Берта Борисовна была уже очень старой; жила она в соседней комнате, с трудом карабкаясь на второй этаж – у нее были больные ноги. Даже не помню, с чего началось наше общение, но она сразу много и охотно о себе рассказала. Она просидела в общей сложности двадцать пять лет. Когда она упомянула, что в двадцатых годах успела поработать в одном из коминтерновских изданий, Володя сказал, что его дед, Израиль Исакович Нюренберг (или Ниренберг, в бумагах есть оба варианта), возглавлял один из журналов. Сразу выяснилось, что именно там и работала Бабина! Она не могла прийти в себя от изумления и радости, готова была говорить с Володей сутками. Она отзывалась об И. И. очень хорошо, как о редкостно умном, очень талантливом и порядочном человеке. Он обладал уникальной памятью, но в революционные годы пережил тяжелую травму: как член Бунда он был схвачен то ли белыми, то ли красными, то ли зелеными в маленьком городке на Украине, где в тот момент находился, и наутро ждал расстрела. Проведя ночь в изоляторе для смертников, утро он встретил совершенно седым. Казнь отменили, и его вскоре выпустили, но у него началась тяжелая циклотимия.

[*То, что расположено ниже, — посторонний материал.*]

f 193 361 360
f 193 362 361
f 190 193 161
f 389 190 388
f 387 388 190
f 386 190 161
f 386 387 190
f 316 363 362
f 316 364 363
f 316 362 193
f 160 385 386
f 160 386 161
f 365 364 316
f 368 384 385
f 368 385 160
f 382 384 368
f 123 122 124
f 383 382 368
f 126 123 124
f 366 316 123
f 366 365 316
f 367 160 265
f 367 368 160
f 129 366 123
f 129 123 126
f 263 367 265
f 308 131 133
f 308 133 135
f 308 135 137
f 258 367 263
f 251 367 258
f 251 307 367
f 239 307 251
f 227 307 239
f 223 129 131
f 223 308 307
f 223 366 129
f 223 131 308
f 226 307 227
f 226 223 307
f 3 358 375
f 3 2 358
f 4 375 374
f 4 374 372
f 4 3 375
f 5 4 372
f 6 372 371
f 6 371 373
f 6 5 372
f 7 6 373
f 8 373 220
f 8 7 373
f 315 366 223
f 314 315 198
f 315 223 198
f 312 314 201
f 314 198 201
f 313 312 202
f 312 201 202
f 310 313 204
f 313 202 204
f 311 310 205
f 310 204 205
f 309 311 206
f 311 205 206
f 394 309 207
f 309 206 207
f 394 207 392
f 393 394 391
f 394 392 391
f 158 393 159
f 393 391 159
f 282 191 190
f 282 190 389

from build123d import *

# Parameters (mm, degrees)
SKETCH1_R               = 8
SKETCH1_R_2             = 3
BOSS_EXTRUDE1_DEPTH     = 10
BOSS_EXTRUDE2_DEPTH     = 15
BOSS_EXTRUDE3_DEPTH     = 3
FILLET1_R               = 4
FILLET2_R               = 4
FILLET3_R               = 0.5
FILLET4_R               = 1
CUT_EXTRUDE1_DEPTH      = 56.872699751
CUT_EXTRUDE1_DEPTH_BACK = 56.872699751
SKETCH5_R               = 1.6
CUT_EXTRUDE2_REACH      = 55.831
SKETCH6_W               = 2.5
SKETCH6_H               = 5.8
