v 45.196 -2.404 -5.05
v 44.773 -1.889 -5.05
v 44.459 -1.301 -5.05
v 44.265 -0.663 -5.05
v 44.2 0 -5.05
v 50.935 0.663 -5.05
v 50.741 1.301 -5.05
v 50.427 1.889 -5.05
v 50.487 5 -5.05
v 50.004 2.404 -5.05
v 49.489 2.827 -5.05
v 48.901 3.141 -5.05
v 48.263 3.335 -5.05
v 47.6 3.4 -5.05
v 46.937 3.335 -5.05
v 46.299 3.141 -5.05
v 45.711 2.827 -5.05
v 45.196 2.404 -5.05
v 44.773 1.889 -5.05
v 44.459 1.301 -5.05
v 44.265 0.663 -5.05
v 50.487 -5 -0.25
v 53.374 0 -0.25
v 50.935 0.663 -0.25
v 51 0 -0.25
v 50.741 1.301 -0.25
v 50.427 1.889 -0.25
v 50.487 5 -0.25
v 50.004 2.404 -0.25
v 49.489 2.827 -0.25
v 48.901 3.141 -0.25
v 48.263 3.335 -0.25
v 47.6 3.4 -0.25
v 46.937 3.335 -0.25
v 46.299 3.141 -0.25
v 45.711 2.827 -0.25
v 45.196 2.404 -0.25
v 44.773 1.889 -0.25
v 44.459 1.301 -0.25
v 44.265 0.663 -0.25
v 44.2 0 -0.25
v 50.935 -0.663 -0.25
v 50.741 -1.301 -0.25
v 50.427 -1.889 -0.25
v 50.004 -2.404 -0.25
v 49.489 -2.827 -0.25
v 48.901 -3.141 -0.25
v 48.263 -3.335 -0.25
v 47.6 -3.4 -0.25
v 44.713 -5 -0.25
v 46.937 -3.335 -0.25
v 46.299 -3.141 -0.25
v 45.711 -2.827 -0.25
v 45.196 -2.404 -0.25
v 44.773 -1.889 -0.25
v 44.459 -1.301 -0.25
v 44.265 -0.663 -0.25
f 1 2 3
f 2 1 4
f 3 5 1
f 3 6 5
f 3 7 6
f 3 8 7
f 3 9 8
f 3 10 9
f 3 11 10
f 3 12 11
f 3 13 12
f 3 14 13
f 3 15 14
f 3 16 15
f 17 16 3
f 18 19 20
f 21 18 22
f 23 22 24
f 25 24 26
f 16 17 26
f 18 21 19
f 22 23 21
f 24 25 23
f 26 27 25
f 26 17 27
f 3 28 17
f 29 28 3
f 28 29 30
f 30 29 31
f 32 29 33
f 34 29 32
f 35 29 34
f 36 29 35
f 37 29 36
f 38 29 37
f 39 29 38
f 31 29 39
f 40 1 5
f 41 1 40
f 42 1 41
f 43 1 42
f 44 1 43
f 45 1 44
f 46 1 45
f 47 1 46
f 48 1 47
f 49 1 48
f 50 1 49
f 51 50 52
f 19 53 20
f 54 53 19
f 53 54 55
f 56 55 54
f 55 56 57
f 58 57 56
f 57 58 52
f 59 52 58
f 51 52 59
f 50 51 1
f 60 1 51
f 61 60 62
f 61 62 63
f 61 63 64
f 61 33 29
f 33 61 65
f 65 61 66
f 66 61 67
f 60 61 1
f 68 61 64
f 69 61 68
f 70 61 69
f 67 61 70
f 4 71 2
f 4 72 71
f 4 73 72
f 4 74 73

Берта Борисовна страстно любила сына, крупного специалиста по самолетостроению. От своих убеждений она ни на минуту не отказывалась (шел 1980 год), и единственное, что ее грызло, так это то, что ее и мужа эсеровское прошлое помешало сыну получить Государственную премию.
Володя, как и она, был этой встречей поражен. Страстная любовь Бабиной к сыну, но и одержимость идеей, само ее имя, ее низкий голос – все это во многом подарено эсерке Бальменовой во «Мне ли не пожалеть…».

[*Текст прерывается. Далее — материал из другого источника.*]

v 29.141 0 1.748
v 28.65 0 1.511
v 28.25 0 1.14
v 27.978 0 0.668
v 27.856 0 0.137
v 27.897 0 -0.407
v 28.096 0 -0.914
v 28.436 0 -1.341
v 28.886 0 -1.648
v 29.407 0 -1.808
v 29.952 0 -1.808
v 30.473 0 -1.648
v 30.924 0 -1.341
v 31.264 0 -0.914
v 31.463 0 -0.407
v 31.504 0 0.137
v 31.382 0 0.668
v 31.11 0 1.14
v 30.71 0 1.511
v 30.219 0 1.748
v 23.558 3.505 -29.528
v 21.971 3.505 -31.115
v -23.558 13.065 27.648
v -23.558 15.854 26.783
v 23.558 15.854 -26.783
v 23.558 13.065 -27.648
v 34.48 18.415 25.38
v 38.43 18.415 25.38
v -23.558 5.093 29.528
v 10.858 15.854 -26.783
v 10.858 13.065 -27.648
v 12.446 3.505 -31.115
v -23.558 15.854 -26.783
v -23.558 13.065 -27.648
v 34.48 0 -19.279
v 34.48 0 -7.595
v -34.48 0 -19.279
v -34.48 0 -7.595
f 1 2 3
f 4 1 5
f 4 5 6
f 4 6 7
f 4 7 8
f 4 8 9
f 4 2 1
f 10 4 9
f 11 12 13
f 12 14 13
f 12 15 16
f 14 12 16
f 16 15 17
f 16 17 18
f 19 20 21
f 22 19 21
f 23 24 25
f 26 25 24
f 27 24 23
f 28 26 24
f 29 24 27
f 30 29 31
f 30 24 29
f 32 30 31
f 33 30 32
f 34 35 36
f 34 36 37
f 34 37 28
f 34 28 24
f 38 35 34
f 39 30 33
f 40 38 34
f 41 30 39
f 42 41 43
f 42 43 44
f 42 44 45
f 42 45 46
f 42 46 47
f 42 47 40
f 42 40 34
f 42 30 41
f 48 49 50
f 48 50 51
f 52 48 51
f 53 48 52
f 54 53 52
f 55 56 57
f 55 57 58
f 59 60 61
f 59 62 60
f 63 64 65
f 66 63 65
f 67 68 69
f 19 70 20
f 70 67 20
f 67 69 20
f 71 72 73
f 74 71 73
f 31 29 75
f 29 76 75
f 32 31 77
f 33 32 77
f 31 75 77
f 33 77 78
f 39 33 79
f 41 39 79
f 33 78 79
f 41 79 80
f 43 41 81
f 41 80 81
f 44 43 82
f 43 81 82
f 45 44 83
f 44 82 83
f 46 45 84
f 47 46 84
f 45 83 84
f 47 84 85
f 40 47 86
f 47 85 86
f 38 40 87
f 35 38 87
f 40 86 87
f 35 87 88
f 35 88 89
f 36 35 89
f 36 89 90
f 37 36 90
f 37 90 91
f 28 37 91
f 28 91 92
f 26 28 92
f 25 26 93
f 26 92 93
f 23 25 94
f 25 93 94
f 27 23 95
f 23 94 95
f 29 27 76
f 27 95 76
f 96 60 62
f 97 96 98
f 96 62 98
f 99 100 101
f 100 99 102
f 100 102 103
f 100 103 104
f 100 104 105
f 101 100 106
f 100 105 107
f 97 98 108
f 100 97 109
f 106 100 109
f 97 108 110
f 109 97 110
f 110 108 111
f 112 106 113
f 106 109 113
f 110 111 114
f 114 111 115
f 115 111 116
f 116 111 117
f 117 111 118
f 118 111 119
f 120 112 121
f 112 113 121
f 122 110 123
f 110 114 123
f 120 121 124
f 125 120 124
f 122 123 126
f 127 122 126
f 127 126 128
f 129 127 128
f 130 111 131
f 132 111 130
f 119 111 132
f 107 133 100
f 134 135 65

Тут хочу сделать отступление и сказать несколько слов о журналах, где выходили романы и эссе Володи. Вслед за отцом он очень ценил журнальные публикации. Толстые литературные журналы и в советское, и в постсоветское время долго были нарасхват, печатали самое новое и интересное с большей скоростью, нежели это успевали делать книжные издательства. Журналы поступали во многие библиотеки, в том числе провинциальные, и там быстро образовывалась очередь из желающих прочитать актуальный текст. Лишь в последнее время падение тиражей и финансовые неувязки свели влияние толстых литературных журналов к минимуму.
Первый роман – «След в след» – был напечатан в журнале «Урал» (№ 6–8, 1991). Его отнес туда покойный ныне екатеринбургский писатель Александр Верников. Можно было опубликовать его и в Москве, но для этого требовалось изъять исторический кусок: как Володя его называл – «о царях-революционерах». Потом он и сам понял справедливость этого редакционного предложения и убрал фрагмент, но тогда стоял на своем твердо, потому что не знал, напишет ли что-нибудь еще. А «Урал» принял текст в том виде, в каком Володя хотел.
Второй роман, «Репетиции», вышел в журнале «Нева». После триумфальных чтений в Бостоне Володя стал давать его в Москве друзьям и немедленно получил прекрасный отзыв драматурга Александра Корина, бывшего питерца, дружившего с замечательным, увы, ныне покойным критиком и литературоведом Самуилом Ароновичем Лурье. В очередную поездку в Петербург Корин передал Лурье текст романа. От Лурье пришла восторженная рецензия, и роман был рекомендован для печати в журнале «Нева». Историю этой публикации повторять не стану – она блистательно изложена самим автором романа в упомянутом эссе «Как я писал роман „Репетиции“».
Третий роман, «До и во время», вышел в «Новом мире» (№ 3–4, 1993). Хорошо известно, во что вылились несогласия среди членов редколлегии по поводу Володиного романа. Лишь кое-что добавлю. Печатать или не печатать текст – эти сомнения глодали и Сергея Залыгина, бывшего тогда главным редактором журнала. Володе по нескольку раз в день звонила редактор отдела прозы Инна Петровна Борисова и сообщала: то «Володя, печатаем», то «Володя, не печатаем». Его уже потряхивало от всего происходящего. Наконец его официально пригласили в редакцию, где Сергей Залыгин на заседании редколлегии сказал: можно принимать или не принимать этот роман, но долг самого Залыгина перед русской литературой – текст Шарова опубликовать, потому что, видимо, по этому пути литература и пойдет в ближайшие годы.